Symbols Direct comparison

find_references

Where is X used? Distinguishes code references from comments, string occurrences, and import aliases.

−42%
Token reduction
rg -w (word-boundary)
Native baseline
1,248 vs 2,163
Tokens (CS vs native)

What it does

Answers “where is X used?” with semantic precision. Unlike grep, it distinguishes code references from string occurrences, comments, and import aliases. Returns structured output with reference types (call site, import, type annotation).

What find_references is actually competing with

find_references is not competing with a theoretical perfect native tool. It is competing with what agents actually do natively: search for a symbol name and inspect the results.

That baseline is closer to rg -w plus manual filtering of false positives, plus one or more follow-up reads.

Because of that, find_references may not always produce the most dramatic token win in the library. In some repos it can even return slightly more output than a narrow grep baseline, especially when it finds more valid references across more file types.

That is not necessarily a weakness.

The real evaluation question

  • Did the agent get a cleaner and more complete reference picture?
  • Did it need fewer follow-up steps to trust the answer?

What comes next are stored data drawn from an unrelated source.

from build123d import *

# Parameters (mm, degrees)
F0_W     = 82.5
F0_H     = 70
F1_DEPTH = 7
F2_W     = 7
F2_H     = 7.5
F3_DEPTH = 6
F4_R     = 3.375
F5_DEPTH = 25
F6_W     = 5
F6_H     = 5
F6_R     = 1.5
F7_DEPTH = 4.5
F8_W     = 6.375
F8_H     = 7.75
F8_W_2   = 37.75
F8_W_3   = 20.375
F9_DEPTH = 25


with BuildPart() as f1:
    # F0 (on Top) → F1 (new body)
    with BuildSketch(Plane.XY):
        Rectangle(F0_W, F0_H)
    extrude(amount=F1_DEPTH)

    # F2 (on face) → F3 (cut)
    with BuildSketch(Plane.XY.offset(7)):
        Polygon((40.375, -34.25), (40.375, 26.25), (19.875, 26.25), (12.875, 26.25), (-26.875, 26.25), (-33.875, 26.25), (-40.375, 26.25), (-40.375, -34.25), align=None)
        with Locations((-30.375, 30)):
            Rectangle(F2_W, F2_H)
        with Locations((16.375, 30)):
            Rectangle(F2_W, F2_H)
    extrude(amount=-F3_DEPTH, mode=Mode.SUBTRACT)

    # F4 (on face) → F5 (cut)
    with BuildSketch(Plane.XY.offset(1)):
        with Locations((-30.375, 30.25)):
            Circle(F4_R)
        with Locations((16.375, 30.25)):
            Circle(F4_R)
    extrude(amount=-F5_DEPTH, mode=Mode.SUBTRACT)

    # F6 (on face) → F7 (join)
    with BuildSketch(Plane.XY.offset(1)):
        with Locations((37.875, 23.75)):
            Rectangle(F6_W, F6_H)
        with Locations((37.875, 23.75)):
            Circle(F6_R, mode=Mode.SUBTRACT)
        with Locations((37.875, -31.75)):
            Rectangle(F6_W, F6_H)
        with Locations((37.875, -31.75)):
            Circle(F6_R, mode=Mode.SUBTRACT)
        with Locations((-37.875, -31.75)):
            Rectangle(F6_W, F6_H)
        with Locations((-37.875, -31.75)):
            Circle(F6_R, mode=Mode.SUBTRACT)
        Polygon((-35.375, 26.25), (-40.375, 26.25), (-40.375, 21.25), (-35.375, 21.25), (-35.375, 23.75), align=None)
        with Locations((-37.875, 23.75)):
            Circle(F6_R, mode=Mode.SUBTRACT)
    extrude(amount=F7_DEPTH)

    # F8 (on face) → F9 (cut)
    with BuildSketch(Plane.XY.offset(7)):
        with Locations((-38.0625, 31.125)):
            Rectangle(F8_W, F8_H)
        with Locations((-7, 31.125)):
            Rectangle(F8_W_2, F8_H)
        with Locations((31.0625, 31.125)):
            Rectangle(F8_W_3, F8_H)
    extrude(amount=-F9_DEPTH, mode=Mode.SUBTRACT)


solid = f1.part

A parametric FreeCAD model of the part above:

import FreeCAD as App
import Part
import Sketcher

V = App.Vector
Q = App.Units.Quantity

doc = App.newDocument("Part")
body = doc.addObject("PartDesign::Body", "Body")

sketch1 = body.newObject("Sketcher::SketchObject", "Sketch")
sketch1.AttachmentSupport = (doc.getObject("XY_Plane"), [""])
sketch1.MapMode = "FlatFace"
sketch1.addGeometry([
    Part.LineSegment(V(-41, 35, 0), V(-41, -35, 0)),
    Part.LineSegment(V(-41, -35, 0), V(41, -35, 0)),
    Part.LineSegment(V(41, -35, 0), V(41, 35, 0)),
    Part.LineSegment(V(41, 35, 0), V(-41, 35, 0)),
], False)
sketch1.addConstraint([
    Sketcher.Constraint("Coincident", 0, 2, 1, 1),
    Sketcher.Constraint("Coincident", 1, 2, 2, 1),
    Sketcher.Constraint("Coincident", 2, 2, 3, 1),
    Sketcher.Constraint("Coincident", 3, 2, 0, 1),
    Sketcher.Constraint("Vertical", 0),
    Sketcher.Constraint("Horizontal", 1),
    Sketcher.Constraint("Vertical", 2),
    Sketcher.Constraint("Horizontal", 3),
    Sketcher.Constraint("Symmetric", 0, 2, 2, 2, -1, 1),
    Sketcher.Constraint("DistanceY", 0, 2, 0, 1, Q("70 mm")),
    Sketcher.Constraint("DistanceX", 1, 1, 1, 2, Q("82.5 mm")),
])
pad1 = body.newObject("PartDesign::Pad", "Pad")
pad1.Profile = sketch1
pad1.Length = 7

sketch2 = body.newObject("Sketcher::SketchObject", "Sketch001")
sketch2.AttachmentSupport = (doc.getObject("XY_Plane"), [""])
sketch2.MapMode = "FlatFace"
sketch2.AttachmentOffset = App.Placement(V(0, 0, 7), App.Rotation())
sketch2.addGeometry([
    Part.LineSegment(V(40, -34, 0), V(40, 26, 0)),
    Part.LineSegment(V(40, 26, 0), V(20, 26, 0)),
    Part.LineSegment(V(20, 26, 0), V(20, 34, 0)),
    Part.LineSegment(V(20, 34, 0), V(13, 34, 0)),
    Part.LineSegment(V(13, 34, 0), V(13, 26, 0)),
    Part.LineSegment(V(13, 26, 0), V(-27, 26, 0)),
    Part.LineSegment(V(-27, 26, 0), V(-27, 34, 0)),
    Part.LineSegment(V(-27, 34, 0), V(-34, 34, 0)),
    Part.LineSegment(V(-34, 34, 0), V(-34, 26, 0)),
    Part.LineSegment(V(-34, 26, 0), V(-40, 26, 0)),
    Part.LineSegment(V(-40, 26, 0), V(-40, -34, 0)),
    Part.LineSegment(V(-40, -34, 0), V(40, -34, 0)),
], False)
sketch2.addConstraint([
    Sketcher.Constraint("Coincident", 0, 2, 1, 1),
    Sketcher.Constraint("Coincident", 1, 2, 2, 1),
    Sketcher.Constraint("Coincident", 2, 2, 3, 1),
    Sketcher.Constraint("Coincident", 3, 2, 4, 1),
    Sketcher.Constraint("Coincident", 4, 2, 5, 1),
    Sketcher.Constraint("Coincident", 5, 2, 6, 1),
    Sketcher.Constraint("Coincident", 6, 2, 7, 1),
    Sketcher.Constraint("Coincident", 7, 2, 8, 1),
    Sketcher.Constraint("Coincident", 8, 2, 9, 1),
    Sketcher.Constraint("Coincident", 9, 2, 10, 1),
    Sketcher.Constraint("Coincident", 10, 2, 11, 1),
    Sketcher.Constraint("Coincident", 11, 2, 0, 1),
    Sketcher.Constraint("Vertical", 0),
    Sketcher.Constraint("Horizontal", 1),
    Sketcher.Constraint("Vertical", 2),
    Sketcher.Constraint("Horizontal", 3),
    Sketcher.Constraint("Vertical", 4),
    Sketcher.Constraint("Horizontal", 5),
    Sketcher.Constraint("Vertical", 6),
    Sketcher.Constraint("Horizontal", 7),
    Sketcher.Constraint("Vertical", 8),
    Sketcher.Constraint("Horizontal", 9),
    Sketcher.Constraint("Vertical", 10),
    Sketcher.Constraint("Horizontal", 11),
    Sketcher.Constraint("Symmetric", 0, 2, 9, 2, -2),
    Sketcher.Constraint("Horizontal", 1, 2, 4, 2),
    Sketcher.Constraint("Horizontal", 3, 2, 6, 2),
    Sketcher.Constraint("Equal", 3, 7),
    Sketcher.Constraint("DistanceX", 3, 2, 3, 1, Q("7 mm")),
    Sketcher.Constraint("DistanceX", 1, 2, 1, 1, Q("20.5 mm")),
    Sketcher.Constraint("DistanceX", 9, 2, 9, 1, Q("6.5 mm")),
    Sketcher.Constraint("DistanceY", 0, 1, 0, 2, Q("60.5 mm")),
    Sketcher.Constraint("DistanceY", 2, 1, 2, 2, Q("7.5 mm")),
    Sketcher.Constraint("DistanceX", 5, 2, 5, 1, Q("39.75 mm")),
    Sketcher.Constraint("DistanceY", -1, 1, 0, 2, Q("26.25 mm")),
])
pocket1 = body.newObject("PartDesign::Pocket", "Pocket")
pocket1.Profile = sketch2
pocket1.Length = 6

sketch3 = body.newObject("Sketcher::SketchObject", "Sketch002")
sketch3.AttachmentSupport = (doc.getObject("XY_Plane"), [""])
sketch3.MapMode = "FlatFace"
sketch3.AttachmentOffset = App.Placement(V(0, 0, 1), App.Rotation())
sketch3.addGeometry([
    Part.Circle(V(-30.4, 30.2, 0), V(0, 0, 1), 3.4),
    Part.Circle(V(16.4, 30.2, 0), V(0, 0, 1), 3.4),
], False)
sketch3.addConstraint([
    Sketcher.Constraint("Equal", 0, 1),
    Sketcher.Constraint("Horizontal", 0, 3, 1, 3),
    Sketcher.Constraint("Diameter", 0, Q("6.75 mm")),
    Sketcher.Constraint("DistanceY", -1, 1, 0, 3, Q("30.25 mm")),
    Sketcher.Constraint("DistanceX", 0, 3, 1, 3, Q("46.75 mm")),
    Sketcher.Constraint("DistanceX", 0, 3, -1, 1, Q("30.375 mm")),
])
pocket2 = body.newObject("PartDesign::Pocket", "Pocket001")
pocket2.Profile = sketch3
pocket2.Length = 25

sketch4 = body.newObject("Sketcher::SketchObject", "Sketch003")
sketch4.AttachmentSupport = (doc.getObject("XY_Plane"), [""])
sketch4.MapMode = "FlatFace"
sketch4.AttachmentOffset = App.Placement(V(0, 0, 1), App.Rotation())
sketch4.addGeometry([
    Part.LineSegment(V(35.4, 26.2, 0), V(35.4, 21.2, 0)),
    Part.LineSegment(V(35.4, 21.2, 0), V(40.4, 21.2, 0)),
    Part.LineSegment(V(40.4, 21.2, 0), V(40.4, 26.2, 0)),
    Part.LineSegment(V(40.4, 26.2, 0), V(35.4, 26.2, 0)),
    Part.Circle(V(37.9, 23.8, 0), V(0, 0, 1), 1.5),
    Part.LineSegment(V(35.4, -29.2, 0), V(35.4, -34.2, 0)),
    Part.LineSegment(V(35.4, -34.2, 0), V(40.4, -34.2, 0)),
    Part.LineSegment(V(40.4, -34.2, 0), V(40.4, -29.2, 0)),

For reference-finding tasks, completeness and structural precision matter almost as much as raw token count.

When to use

  • Understanding the blast radius of a change
  • Finding all consumers of a function or type
  • Pre-refactor impact assessment

Benchmark note

This benchmark compares CodeSift against the closest practical native workflow an agent would use for the same task. For some tools, that baseline is a direct shell equivalent such as rg or find. For AST-aware, graph-aware, and LSP-backed tools, the baseline is a multi-step workflow rather than a strictly identical command. Results should be read as agent-workflow comparisons: token cost, call count, and practical context efficiency.